Exercise aim: Once the line containing "e116 v79 v62 LINE" has been written out, stop; until then, restate each line of the entries below word for word from the first.

*** Material for the task

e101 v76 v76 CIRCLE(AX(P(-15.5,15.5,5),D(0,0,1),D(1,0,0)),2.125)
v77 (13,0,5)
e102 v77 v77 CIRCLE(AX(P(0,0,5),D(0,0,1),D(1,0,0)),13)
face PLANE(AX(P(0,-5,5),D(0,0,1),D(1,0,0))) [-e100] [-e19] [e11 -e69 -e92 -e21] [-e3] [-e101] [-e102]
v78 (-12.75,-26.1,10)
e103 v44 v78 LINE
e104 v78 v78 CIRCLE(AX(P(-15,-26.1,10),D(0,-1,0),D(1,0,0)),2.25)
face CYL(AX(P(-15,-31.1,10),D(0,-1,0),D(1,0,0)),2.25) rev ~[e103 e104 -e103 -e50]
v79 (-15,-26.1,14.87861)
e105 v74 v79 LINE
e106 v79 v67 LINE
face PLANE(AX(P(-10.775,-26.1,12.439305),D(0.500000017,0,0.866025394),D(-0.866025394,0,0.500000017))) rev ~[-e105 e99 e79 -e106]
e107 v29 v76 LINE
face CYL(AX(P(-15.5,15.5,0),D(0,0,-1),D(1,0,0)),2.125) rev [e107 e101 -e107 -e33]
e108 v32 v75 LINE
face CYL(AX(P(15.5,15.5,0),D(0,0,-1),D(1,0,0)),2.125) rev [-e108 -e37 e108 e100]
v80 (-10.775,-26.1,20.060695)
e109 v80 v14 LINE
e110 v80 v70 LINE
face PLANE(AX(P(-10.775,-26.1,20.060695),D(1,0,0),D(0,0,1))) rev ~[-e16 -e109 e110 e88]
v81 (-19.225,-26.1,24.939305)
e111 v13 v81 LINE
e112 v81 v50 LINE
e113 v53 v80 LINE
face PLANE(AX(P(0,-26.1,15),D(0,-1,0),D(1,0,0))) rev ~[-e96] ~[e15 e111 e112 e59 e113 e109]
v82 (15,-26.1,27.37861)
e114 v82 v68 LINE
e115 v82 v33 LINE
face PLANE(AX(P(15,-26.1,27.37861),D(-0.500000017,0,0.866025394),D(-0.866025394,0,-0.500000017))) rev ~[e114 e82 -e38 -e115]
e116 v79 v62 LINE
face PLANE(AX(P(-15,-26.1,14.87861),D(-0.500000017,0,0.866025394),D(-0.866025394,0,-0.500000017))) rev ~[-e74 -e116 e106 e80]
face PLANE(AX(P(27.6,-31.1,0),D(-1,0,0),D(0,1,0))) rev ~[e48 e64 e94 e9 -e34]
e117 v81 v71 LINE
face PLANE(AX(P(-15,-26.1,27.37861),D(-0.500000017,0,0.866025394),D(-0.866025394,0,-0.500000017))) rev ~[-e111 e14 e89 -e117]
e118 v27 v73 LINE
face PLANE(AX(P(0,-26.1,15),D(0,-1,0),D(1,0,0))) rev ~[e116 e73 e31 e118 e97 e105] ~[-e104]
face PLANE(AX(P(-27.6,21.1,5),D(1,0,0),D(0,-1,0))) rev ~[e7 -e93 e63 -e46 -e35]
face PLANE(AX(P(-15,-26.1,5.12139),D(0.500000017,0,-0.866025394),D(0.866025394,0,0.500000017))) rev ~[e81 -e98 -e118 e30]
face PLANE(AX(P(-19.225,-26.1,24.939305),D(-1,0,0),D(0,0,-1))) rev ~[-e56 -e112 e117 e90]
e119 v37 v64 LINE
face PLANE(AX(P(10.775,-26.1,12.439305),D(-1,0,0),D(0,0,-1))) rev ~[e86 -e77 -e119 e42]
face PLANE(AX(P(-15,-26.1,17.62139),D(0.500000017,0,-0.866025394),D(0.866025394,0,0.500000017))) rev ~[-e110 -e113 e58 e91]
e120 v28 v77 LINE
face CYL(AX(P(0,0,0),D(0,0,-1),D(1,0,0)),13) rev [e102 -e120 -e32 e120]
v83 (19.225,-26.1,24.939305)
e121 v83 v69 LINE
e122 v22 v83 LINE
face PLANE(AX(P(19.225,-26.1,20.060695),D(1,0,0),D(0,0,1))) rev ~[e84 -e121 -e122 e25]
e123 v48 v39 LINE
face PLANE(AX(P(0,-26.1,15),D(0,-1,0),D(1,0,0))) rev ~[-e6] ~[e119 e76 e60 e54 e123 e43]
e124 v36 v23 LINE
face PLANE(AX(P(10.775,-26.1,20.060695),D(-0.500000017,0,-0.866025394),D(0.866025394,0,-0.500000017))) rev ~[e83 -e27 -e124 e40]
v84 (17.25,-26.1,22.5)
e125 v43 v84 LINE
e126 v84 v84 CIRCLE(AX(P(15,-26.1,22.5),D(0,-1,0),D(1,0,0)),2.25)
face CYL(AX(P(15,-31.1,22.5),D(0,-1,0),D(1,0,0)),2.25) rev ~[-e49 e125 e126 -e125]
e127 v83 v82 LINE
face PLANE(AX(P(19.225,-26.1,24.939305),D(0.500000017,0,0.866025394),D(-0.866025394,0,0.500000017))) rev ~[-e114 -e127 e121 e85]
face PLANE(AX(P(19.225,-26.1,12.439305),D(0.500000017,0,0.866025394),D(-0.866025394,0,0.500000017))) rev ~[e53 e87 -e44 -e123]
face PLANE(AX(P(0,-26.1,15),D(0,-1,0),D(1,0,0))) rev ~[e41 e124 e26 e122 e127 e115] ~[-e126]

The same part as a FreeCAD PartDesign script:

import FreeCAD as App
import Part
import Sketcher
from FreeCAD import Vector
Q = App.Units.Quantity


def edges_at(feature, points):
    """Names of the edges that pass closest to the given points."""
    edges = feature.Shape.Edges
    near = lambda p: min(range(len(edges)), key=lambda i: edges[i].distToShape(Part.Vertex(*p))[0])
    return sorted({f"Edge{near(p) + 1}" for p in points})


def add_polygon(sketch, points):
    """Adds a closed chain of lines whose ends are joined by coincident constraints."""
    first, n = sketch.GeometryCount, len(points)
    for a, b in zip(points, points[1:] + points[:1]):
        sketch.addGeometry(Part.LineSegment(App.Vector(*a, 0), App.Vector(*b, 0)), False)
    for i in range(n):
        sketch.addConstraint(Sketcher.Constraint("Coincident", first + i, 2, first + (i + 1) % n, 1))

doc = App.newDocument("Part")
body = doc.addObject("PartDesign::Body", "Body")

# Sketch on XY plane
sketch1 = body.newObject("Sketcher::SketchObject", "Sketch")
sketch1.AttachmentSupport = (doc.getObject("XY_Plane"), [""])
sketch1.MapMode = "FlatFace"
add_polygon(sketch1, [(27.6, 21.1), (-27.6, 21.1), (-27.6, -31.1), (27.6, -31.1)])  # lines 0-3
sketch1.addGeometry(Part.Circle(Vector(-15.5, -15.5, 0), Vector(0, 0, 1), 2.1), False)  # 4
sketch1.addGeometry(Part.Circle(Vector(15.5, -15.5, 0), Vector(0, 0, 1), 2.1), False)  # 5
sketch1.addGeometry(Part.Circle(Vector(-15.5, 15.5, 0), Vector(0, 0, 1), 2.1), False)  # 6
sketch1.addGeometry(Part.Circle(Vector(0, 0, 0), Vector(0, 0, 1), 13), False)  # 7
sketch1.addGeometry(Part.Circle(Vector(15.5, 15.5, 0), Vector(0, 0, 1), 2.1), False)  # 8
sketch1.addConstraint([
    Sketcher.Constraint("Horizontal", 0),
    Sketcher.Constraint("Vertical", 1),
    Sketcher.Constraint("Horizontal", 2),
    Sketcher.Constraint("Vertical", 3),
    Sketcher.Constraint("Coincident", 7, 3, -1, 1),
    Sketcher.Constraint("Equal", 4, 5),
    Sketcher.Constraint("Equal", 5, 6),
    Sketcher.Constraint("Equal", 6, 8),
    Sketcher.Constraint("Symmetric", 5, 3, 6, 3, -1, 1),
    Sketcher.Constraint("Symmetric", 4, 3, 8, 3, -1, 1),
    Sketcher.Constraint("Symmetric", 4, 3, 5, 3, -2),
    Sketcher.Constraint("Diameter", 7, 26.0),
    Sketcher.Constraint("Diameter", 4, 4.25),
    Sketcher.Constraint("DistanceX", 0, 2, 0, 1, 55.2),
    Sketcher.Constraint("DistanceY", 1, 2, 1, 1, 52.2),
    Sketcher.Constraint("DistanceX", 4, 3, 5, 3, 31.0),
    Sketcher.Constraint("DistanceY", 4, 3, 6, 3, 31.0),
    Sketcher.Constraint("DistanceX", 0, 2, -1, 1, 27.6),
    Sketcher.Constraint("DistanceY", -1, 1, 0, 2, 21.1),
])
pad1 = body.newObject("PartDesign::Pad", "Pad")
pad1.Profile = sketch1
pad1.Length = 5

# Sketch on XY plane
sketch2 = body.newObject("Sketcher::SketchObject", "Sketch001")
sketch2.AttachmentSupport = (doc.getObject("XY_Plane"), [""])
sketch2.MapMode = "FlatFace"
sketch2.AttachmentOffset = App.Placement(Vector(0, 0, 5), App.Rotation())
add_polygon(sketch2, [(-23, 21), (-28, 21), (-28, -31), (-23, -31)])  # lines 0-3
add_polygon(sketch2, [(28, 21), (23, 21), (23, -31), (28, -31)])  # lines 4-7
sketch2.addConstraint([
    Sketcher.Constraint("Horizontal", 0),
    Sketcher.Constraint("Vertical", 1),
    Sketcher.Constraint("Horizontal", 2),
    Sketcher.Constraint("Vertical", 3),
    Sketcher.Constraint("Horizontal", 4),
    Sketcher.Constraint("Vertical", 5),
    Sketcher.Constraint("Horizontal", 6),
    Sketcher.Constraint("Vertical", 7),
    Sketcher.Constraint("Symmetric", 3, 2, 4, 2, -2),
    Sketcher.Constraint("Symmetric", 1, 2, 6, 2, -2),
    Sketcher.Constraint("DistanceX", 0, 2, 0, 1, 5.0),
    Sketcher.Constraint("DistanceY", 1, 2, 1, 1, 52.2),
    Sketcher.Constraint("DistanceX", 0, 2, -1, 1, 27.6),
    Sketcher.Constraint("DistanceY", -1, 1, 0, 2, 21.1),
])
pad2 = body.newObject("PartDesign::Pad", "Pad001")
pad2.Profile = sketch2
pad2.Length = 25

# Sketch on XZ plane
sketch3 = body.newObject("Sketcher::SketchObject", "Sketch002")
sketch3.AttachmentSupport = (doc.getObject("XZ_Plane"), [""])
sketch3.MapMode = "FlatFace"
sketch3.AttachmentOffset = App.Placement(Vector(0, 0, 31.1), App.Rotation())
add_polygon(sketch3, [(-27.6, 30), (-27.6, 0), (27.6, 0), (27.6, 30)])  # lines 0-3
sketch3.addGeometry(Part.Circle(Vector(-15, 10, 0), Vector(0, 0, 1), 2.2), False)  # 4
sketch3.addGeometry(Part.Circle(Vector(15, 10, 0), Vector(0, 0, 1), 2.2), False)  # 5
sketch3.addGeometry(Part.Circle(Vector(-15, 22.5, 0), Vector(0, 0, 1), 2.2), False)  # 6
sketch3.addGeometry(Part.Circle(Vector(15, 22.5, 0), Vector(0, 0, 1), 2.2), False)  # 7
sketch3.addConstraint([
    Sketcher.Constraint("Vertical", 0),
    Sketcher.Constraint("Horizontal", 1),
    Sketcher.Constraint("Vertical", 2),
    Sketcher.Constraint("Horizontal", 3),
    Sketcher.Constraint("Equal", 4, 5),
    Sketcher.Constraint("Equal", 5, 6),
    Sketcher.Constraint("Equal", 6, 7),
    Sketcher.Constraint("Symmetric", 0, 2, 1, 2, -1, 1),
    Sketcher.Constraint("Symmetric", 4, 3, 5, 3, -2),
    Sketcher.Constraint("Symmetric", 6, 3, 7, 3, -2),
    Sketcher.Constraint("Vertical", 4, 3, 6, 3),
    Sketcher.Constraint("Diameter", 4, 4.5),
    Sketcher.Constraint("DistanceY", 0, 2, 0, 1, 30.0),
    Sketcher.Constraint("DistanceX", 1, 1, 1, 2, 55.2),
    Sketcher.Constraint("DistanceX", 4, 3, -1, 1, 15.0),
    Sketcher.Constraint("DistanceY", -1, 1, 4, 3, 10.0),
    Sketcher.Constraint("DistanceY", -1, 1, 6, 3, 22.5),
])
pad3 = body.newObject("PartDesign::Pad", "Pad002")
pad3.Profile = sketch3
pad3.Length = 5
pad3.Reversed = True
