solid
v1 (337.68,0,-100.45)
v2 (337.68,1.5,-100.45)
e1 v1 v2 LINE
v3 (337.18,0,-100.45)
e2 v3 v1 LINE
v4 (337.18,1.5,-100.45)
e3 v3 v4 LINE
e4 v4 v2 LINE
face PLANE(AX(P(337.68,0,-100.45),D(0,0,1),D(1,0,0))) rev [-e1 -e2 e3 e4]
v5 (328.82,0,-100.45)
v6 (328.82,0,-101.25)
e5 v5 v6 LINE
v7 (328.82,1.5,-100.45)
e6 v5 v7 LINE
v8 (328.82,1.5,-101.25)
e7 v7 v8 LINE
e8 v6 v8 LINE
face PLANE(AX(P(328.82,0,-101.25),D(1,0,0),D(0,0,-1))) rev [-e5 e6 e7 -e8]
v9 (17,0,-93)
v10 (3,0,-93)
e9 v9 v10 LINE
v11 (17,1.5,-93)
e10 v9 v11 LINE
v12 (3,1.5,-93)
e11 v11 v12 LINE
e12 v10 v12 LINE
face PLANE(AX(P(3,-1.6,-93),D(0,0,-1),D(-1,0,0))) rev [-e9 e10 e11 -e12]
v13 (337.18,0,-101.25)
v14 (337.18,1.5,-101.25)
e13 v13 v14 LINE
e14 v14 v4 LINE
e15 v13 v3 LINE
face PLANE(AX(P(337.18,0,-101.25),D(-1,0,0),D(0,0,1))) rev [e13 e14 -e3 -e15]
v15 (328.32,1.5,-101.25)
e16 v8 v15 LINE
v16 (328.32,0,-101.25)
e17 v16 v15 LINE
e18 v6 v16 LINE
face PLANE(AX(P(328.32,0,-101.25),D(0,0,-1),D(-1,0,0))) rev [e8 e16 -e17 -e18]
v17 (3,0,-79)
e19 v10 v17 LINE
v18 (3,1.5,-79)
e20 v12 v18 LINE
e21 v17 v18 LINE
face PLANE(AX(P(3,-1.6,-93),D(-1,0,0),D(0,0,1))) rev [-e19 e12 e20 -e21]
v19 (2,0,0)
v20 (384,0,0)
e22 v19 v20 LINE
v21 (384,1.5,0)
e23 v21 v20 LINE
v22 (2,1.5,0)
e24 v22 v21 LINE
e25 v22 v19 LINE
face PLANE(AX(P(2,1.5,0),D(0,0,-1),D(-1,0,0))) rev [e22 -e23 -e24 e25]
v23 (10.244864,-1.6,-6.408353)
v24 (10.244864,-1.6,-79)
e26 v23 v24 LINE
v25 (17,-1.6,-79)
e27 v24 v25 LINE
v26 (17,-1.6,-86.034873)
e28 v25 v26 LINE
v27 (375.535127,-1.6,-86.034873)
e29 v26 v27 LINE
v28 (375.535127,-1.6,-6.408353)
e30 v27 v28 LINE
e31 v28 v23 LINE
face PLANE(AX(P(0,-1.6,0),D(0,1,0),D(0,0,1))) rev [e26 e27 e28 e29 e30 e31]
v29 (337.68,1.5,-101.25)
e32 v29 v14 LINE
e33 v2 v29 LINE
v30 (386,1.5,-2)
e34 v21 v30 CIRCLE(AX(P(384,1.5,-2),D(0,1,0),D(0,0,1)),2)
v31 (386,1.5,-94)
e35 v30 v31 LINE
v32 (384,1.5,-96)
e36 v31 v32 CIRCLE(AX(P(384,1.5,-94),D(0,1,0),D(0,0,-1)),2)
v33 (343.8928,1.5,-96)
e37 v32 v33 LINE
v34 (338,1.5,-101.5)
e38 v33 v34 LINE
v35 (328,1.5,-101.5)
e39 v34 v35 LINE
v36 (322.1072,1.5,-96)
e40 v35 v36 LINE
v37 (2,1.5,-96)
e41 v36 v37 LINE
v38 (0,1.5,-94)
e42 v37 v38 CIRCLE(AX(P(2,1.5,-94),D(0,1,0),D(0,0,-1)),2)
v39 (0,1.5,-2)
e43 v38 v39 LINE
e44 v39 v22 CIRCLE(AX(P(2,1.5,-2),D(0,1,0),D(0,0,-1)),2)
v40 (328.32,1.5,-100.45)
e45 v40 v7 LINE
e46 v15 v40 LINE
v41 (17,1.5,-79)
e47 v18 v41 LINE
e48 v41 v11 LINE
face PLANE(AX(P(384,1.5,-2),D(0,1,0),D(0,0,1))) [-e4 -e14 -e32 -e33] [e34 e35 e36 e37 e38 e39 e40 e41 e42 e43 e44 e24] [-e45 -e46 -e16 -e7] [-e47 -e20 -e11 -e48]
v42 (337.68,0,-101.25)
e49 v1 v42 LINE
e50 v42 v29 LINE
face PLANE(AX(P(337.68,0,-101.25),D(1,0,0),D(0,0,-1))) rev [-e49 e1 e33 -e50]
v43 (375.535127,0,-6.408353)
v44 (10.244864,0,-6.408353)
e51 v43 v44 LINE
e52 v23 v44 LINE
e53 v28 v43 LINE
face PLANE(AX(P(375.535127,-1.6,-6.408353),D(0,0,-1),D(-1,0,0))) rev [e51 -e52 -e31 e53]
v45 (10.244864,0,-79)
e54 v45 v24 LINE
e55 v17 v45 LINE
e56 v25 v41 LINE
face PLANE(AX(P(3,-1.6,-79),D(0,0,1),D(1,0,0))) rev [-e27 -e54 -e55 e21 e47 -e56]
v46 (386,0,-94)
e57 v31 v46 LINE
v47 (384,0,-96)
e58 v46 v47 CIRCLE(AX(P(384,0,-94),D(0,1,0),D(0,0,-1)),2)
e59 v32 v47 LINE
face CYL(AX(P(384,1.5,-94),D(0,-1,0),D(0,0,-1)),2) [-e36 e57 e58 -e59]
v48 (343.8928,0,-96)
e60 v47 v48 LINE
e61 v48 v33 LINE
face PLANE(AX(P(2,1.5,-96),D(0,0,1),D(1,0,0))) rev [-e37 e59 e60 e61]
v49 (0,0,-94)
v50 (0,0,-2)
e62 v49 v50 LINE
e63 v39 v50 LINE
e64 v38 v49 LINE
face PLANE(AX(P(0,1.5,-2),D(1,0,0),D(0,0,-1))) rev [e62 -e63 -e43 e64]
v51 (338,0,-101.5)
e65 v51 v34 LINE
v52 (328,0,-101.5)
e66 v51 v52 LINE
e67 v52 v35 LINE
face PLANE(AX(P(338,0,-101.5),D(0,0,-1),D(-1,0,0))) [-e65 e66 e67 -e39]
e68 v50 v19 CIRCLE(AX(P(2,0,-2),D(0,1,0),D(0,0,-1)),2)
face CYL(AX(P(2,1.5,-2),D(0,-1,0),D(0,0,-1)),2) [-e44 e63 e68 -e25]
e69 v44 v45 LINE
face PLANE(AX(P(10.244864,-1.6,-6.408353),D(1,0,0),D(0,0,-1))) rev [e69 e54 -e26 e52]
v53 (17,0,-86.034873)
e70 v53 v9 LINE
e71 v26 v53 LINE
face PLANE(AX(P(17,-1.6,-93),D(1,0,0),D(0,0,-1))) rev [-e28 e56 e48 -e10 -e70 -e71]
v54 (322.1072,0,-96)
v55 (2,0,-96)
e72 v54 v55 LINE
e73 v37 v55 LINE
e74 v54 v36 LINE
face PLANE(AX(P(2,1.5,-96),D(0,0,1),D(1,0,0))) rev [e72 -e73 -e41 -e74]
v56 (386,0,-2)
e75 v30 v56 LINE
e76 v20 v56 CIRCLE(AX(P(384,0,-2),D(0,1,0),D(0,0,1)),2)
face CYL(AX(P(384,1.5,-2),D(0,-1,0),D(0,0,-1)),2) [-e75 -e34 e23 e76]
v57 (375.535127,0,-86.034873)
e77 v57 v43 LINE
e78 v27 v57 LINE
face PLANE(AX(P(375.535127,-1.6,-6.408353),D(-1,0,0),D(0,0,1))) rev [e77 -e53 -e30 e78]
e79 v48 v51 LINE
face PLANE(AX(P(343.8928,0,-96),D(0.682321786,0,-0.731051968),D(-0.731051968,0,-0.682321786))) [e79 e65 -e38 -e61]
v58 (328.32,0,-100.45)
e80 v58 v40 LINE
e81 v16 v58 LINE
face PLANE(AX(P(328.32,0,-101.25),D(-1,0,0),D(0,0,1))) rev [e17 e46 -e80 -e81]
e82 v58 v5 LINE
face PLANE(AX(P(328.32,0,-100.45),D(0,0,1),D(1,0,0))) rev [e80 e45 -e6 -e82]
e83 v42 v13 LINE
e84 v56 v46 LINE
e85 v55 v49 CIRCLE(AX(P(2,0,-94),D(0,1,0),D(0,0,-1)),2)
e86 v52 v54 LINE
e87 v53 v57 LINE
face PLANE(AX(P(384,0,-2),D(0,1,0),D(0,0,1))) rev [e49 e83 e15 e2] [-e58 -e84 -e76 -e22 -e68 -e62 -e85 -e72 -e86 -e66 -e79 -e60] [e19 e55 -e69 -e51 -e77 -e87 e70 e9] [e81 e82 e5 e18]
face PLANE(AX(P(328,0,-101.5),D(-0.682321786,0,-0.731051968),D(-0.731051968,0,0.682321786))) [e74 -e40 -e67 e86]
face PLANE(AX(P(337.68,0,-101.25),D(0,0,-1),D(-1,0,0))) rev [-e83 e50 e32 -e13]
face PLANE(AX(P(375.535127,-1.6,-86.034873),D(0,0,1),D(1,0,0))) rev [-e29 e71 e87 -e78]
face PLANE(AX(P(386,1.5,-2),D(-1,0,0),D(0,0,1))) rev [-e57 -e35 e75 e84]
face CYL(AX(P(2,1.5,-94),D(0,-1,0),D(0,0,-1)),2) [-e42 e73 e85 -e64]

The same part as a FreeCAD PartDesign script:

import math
import FreeCAD as App
import Part
import Sketcher
from FreeCAD import Vector

doc = App.newDocument("Part")
body = doc.addObject("PartDesign::Body", "Body")

sketch1 = body.newObject("Sketcher::SketchObject", "Sketch")
sketch1.AttachmentSupport = (doc.getObject("XZ_Plane"), [""])
sketch1.MapMode = "FlatFace"
sketch1.addGeometry(Part.LineSegment(Vector(2, 0, 0), Vector(384, 0, 0)), False)
sketch1.addGeometry(Part.ArcOfCircle(Part.Circle(Vector(384, -2, 0), Vector(0, 0, 1), 2), math.radians(0), math.radians(90)), False)
sketch1.addGeometry(Part.LineSegment(Vector(386, -2, 0), Vector(386, -94, 0)), False)
sketch1.addGeometry(Part.ArcOfCircle(Part.Circle(Vector(384, -94, 0), Vector(0, 0, 1), 2), math.radians(-90), math.radians(0)), False)
sketch1.addGeometry(Part.LineSegment(Vector(384, -96, 0), Vector(2, -96, 0)), False)
sketch1.addGeometry(Part.ArcOfCircle(Part.Circle(Vector(2, -94, 0), Vector(0, 0, 1), 2), math.radians(-180), math.radians(-90)), False)
sketch1.addGeometry(Part.LineSegment(Vector(0, -94, 0), Vector(0, -2, 0)), False)
sketch1.addGeometry(Part.ArcOfCircle(Part.Circle(Vector(2, -2, 0), Vector(0, 0, 1), 2), math.radians(90), math.radians(180)), False)
sketch1.addConstraint(Sketcher.Constraint("Tangent", 0, 2, 1, 2))
sketch1.addConstraint(Sketcher.Constraint("Tangent", 1, 1, 2, 1))
sketch1.addConstraint(Sketcher.Constraint("Tangent", 2, 2, 3, 2))
sketch1.addConstraint(Sketcher.Constraint("Tangent", 3, 1, 4, 1))
sketch1.addConstraint(Sketcher.Constraint("Tangent", 4, 2, 5, 2))
sketch1.addConstraint(Sketcher.Constraint("Tangent", 5, 1, 6, 1))
sketch1.addConstraint(Sketcher.Constraint("Tangent", 6, 2, 7, 2))
sketch1.addConstraint(Sketcher.Constraint("Tangent", 7, 1, 0, 1))
sketch1.addConstraint(Sketcher.Constraint("Horizontal", 0))
sketch1.addConstraint(Sketcher.Constraint("Vertical", 2))
sketch1.addConstraint(Sketcher.Constraint("Horizontal", 4))
sketch1.addConstraint(Sketcher.Constraint("Vertical", 6))
sketch1.addConstraint(Sketcher.Constraint("Equal", 1, 3))
sketch1.addConstraint(Sketcher.Constraint("Equal", 3, 5))
sketch1.addConstraint(Sketcher.Constraint("Equal", 5, 7))
sketch1.addConstraint(Sketcher.Constraint("PointOnObject", 0, 2, -1))
sketch1.addConstraint(Sketcher.Constraint("PointOnObject", 5, 1, -2))
sketch1.addConstraint(Sketcher.Constraint("Radius", 1, 2.0))
sketch1.addConstraint(Sketcher.Constraint("DistanceX", 0, 1, 0, 2, 382.0))
sketch1.addConstraint(Sketcher.Constraint("DistanceY", 2, 2, 2, 1, 92.0))
pad1 = body.newObject("PartDesign::Pad", "Pad")
pad1.Profile = sketch1
pad1.Length = 1.5
pad1.Reversed = True

sketch2 = body.newObject("Sketcher::SketchObject", "Sketch001")
sketch2.AttachmentSupport = (doc.getObject("XZ_Plane"), [""])
sketch2.MapMode = "FlatFace"
sketch2.AttachmentOffset = App.Placement(Vector(0, 0, -1.5), App.Rotation())
sketch2.addGeometry(Part.LineSegment(Vector(343.8928, -96, 0), Vector(338, -101.5, 0)), False)
sketch2.addGeometry(Part.LineSegment(Vector(338, -101.5, 0), Vector(328, -101.5, 0)), False)
sketch2.addGeometry(Part.LineSegment(Vector(328, -101.5, 0), Vector(322.1072, -96, 0)), False)
sketch2.addGeometry(Part.LineSegment(Vector(322.1072, -96, 0), Vector(343.8928, -96, 0)), False)
sketch2.addConstraint(Sketcher.Constraint("Coincident", 0, 2, 1, 1))
sketch2.addConstraint(Sketcher.Constraint("Coincident", 1, 2, 2, 1))
sketch2.addConstraint(Sketcher.Constraint("Coincident", 2, 2, 3, 1))
sketch2.addConstraint(Sketcher.Constraint("Coincident", 3, 2, 0, 1))
sketch2.addConstraint(Sketcher.Constraint("Horizontal", 1))
sketch2.addConstraint(Sketcher.Constraint("Horizontal", 3))
sketch2.addConstraint(Sketcher.Constraint("Equal", 0, 2))
sketch2.addConstraint(Sketcher.Constraint("DistanceX", 1, 2, 1, 1, 10.0))
sketch2.addConstraint(Sketcher.Constraint("DistanceX", -1, 1, 0, 2, 338.0))
sketch2.addConstraint(Sketcher.Constraint("DistanceY", 2, 2, -1, 1, 96.0))
sketch2.addConstraint(Sketcher.Constraint("DistanceY", 0, 2, -1, 1, 101.5))
sketch2.addConstraint(Sketcher.Constraint("DistanceX", 3, 1, 3, 2, 21.7856))
pad2 = body.newObject("PartDesign::Pad", "Pad001")
pad2.Profile = sketch2
pad2.Length = 1.5

sketch3 = body.newObject("Sketcher::SketchObject", "Sketch002")
sketch3.AttachmentSupport = (doc.getObject("XZ_Plane"), [""])
sketch3.MapMode = "FlatFace"
sketch3.AttachmentOffset = App.Placement(Vector(0, 0, -1.5), App.Rotation())
sketch3.addGeometry(Part.LineSegment(Vector(328.32, -101.25, 0), Vector(328.32, -100.45, 0)), False)
sketch3.addGeometry(Part.LineSegment(Vector(328.32, -100.45, 0), Vector(328.82, -100.45, 0)), False)
sketch3.addGeometry(Part.LineSegment(Vector(328.82, -100.45, 0), Vector(328.82, -101.25, 0)), False)
sketch3.addGeometry(Part.LineSegment(Vector(328.82, -101.25, 0), Vector(328.32, -101.25, 0)), False)
sketch3.addGeometry(Part.LineSegment(Vector(337.18, -101.25, 0), Vector(337.18, -100.45, 0)), False)
sketch3.addGeometry(Part.LineSegment(Vector(337.18, -100.45, 0), Vector(337.68, -100.45, 0)), False)
sketch3.addGeometry(Part.LineSegment(Vector(337.68, -100.45, 0), Vector(337.68, -101.25, 0)), False)
sketch3.addGeometry(Part.LineSegment(Vector(337.68, -101.25, 0), Vector(337.18, -101.25, 0)), False)
sketch3.addConstraint(Sketcher.Constraint("Coincident", 0, 2, 1, 1))
sketch3.addConstraint(Sketcher.Constraint("Coincident", 1, 2, 2, 1))
sketch3.addConstraint(Sketcher.Constraint("Coincident", 2, 2, 3, 1))
sketch3.addConstraint(Sketcher.Constraint("Coincident", 3, 2, 0, 1))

******

Answer to this task:
e101 v76 v76 CIRCLE(AX(P(-15.5,15.5,5),D(0,0,1),D(1,0,0)),2.125)
v77 (13,0,5)
e102 v77 v77 CIRCLE(AX(P(0,0,5),D(0,0,1),D(1,0,0)),13)
face PLANE(AX(P(0,-5,5),D(0,0,1),D(1,0,0))) [-e100] [-e19] [e11 -e69 -e92 -e21] [-e3] [-e101] [-e102]
v78 (-12.75,-26.1,10)
e103 v44 v78 LINE
e104 v78 v78 CIRCLE(AX(P(-15,-26.1,10),D(0,-1,0),D(1,0,0)),2.25)
face CYL(AX(P(-15,-31.1,10),D(0,-1,0),D(1,0,0)),2.25) rev ~[e103 e104 -e103 -e50]
v79 (-15,-26.1,14.87861)
e105 v74 v79 LINE
e106 v79 v67 LINE
face PLANE(AX(P(-10.775,-26.1,12.439305),D(0.500000017,0,0.866025394),D(-0.866025394,0,0.500000017))) rev ~[-e105 e99 e79 -e106]
e107 v29 v76 LINE
face CYL(AX(P(-15.5,15.5,0),D(0,0,-1),D(1,0,0)),2.125) rev [e107 e101 -e107 -e33]
e108 v32 v75 LINE
face CYL(AX(P(15.5,15.5,0),D(0,0,-1),D(1,0,0)),2.125) rev [-e108 -e37 e108 e100]
v80 (-10.775,-26.1,20.060695)
e109 v80 v14 LINE
e110 v80 v70 LINE
face PLANE(AX(P(-10.775,-26.1,20.060695),D(1,0,0),D(0,0,1))) rev ~[-e16 -e109 e110 e88]
v81 (-19.225,-26.1,24.939305)
e111 v13 v81 LINE
e112 v81 v50 LINE
e113 v53 v80 LINE
face PLANE(AX(P(0,-26.1,15),D(0,-1,0),D(1,0,0))) rev ~[-e96] ~[e15 e111 e112 e59 e113 e109]
v82 (15,-26.1,27.37861)
e114 v82 v68 LINE
e115 v82 v33 LINE
face PLANE(AX(P(15,-26.1,27.37861),D(-0.500000017,0,0.866025394),D(-0.866025394,0,-0.500000017))) rev ~[e114 e82 -e38 -e115]
e116 v79 v62 LINE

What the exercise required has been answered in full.